HSBC’s Phillips Moves to London in Investment Bank Overhaul

HSBC Holdings Plc (HSBA), Europe’s largest bank, said Robin Phillips will relocate to London to lead a new group for managing relationships with clients as part of an overhaul of its investment bank.

Gordon French will succeed Phillips as head of global banking and markets in the Asia-Pacific region, according to an internal memo seen by Bloomberg News. The contents were confirmed by Adam Harper, a spokesman in Hong Kong.
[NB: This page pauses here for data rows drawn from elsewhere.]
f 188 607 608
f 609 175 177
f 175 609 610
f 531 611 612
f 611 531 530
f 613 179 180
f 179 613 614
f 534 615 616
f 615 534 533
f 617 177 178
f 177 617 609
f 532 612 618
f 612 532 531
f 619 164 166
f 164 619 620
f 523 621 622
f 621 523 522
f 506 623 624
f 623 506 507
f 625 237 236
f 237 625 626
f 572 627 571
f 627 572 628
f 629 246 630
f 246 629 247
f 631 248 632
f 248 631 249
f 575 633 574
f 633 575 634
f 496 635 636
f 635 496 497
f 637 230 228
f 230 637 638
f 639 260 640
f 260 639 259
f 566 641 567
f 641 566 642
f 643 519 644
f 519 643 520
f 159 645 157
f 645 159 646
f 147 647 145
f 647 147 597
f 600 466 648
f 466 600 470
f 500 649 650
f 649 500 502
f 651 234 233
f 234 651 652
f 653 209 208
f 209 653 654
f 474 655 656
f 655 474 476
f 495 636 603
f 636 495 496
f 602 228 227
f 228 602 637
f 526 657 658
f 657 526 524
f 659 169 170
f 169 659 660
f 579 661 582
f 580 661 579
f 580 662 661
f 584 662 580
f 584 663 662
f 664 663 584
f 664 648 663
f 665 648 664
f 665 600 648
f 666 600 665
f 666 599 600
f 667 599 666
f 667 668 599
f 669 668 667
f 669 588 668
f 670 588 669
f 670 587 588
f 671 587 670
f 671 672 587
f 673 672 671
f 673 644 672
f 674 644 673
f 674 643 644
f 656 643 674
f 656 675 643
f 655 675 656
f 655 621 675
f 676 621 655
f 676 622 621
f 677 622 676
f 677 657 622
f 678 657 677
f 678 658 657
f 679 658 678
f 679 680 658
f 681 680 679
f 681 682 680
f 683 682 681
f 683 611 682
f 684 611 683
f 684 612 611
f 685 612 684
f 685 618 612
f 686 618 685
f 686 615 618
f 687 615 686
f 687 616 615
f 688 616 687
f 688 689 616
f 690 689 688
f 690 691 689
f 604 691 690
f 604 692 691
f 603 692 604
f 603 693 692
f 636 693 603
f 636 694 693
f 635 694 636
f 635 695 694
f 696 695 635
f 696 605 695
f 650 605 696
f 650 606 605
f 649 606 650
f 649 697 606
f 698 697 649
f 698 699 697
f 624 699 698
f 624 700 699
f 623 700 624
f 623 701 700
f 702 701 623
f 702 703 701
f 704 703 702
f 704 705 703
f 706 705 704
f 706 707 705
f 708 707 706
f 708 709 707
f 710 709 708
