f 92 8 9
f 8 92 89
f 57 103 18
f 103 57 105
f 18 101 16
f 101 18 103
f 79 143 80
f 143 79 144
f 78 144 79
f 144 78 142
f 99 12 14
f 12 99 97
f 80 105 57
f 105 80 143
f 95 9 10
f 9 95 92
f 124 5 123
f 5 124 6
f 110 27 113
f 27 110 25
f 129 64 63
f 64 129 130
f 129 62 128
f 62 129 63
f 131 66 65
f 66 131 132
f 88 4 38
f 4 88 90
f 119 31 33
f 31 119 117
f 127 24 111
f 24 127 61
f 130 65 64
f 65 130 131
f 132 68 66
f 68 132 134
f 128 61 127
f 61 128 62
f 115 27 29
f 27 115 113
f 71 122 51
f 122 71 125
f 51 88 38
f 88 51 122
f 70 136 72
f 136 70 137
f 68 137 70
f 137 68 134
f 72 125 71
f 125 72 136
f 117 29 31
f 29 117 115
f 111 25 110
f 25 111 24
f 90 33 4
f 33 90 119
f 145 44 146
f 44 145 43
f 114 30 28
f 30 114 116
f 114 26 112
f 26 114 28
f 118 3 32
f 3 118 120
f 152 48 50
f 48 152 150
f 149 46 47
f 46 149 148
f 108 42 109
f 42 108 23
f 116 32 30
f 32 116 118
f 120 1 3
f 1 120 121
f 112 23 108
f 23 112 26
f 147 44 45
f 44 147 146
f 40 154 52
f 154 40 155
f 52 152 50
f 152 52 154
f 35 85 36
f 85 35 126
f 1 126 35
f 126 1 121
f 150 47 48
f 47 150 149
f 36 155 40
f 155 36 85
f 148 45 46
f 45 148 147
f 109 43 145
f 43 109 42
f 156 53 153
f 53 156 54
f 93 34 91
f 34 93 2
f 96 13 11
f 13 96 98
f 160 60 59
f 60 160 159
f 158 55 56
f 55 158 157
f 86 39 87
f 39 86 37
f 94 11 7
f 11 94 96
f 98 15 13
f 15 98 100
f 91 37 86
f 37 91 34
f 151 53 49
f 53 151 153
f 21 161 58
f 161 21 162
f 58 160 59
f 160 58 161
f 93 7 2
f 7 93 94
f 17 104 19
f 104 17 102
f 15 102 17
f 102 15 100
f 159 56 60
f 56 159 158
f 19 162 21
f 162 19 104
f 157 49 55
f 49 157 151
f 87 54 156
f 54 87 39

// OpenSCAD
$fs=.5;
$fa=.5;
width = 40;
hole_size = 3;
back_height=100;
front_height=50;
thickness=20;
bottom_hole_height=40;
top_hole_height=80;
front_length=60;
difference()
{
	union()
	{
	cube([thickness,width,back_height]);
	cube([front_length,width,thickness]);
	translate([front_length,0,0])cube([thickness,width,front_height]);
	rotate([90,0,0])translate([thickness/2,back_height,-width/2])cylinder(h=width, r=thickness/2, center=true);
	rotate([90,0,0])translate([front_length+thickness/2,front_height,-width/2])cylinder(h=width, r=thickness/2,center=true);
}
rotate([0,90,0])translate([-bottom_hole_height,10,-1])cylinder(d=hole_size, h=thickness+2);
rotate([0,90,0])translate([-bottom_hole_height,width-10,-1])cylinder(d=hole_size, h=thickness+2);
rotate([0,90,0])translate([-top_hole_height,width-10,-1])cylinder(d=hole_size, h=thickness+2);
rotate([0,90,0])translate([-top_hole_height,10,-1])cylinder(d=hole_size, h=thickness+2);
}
A new unit called capital financing, which includes equity and debt capital markets and lending operations, will be led by Spencer Lake.

HSBC plans to eliminate as many as 14,000 more jobs over the next three years as Chief Executive Officer Stuart Gulliver seeks to cut an additional $3 billion of costs and revive profitability. The London-based bank has also been selling assets and expanding in faster-growing markets to boost revenue that’s been crimped by Europe’s sovereign debt crisis.

“HSBC has been trying to restructure the organization to become leaner and, if not meaner, then more profitable,” Jim Antos, a Hong Kong-based analyst at Mizuho Securities Asia Ltd., said by telephone today. The investment bank’s overhaul “is part of this effort.”

Jose-Luis Guerrero will head the markets unit, which will include sales, trading and secondary-market operations, Samir Assaf, chief executive officer of global banking and markets, said in the note to staff yesterday. Guerrero and Lake, who have been the co-heads of global markets, as well as Phillips will report to Assaf.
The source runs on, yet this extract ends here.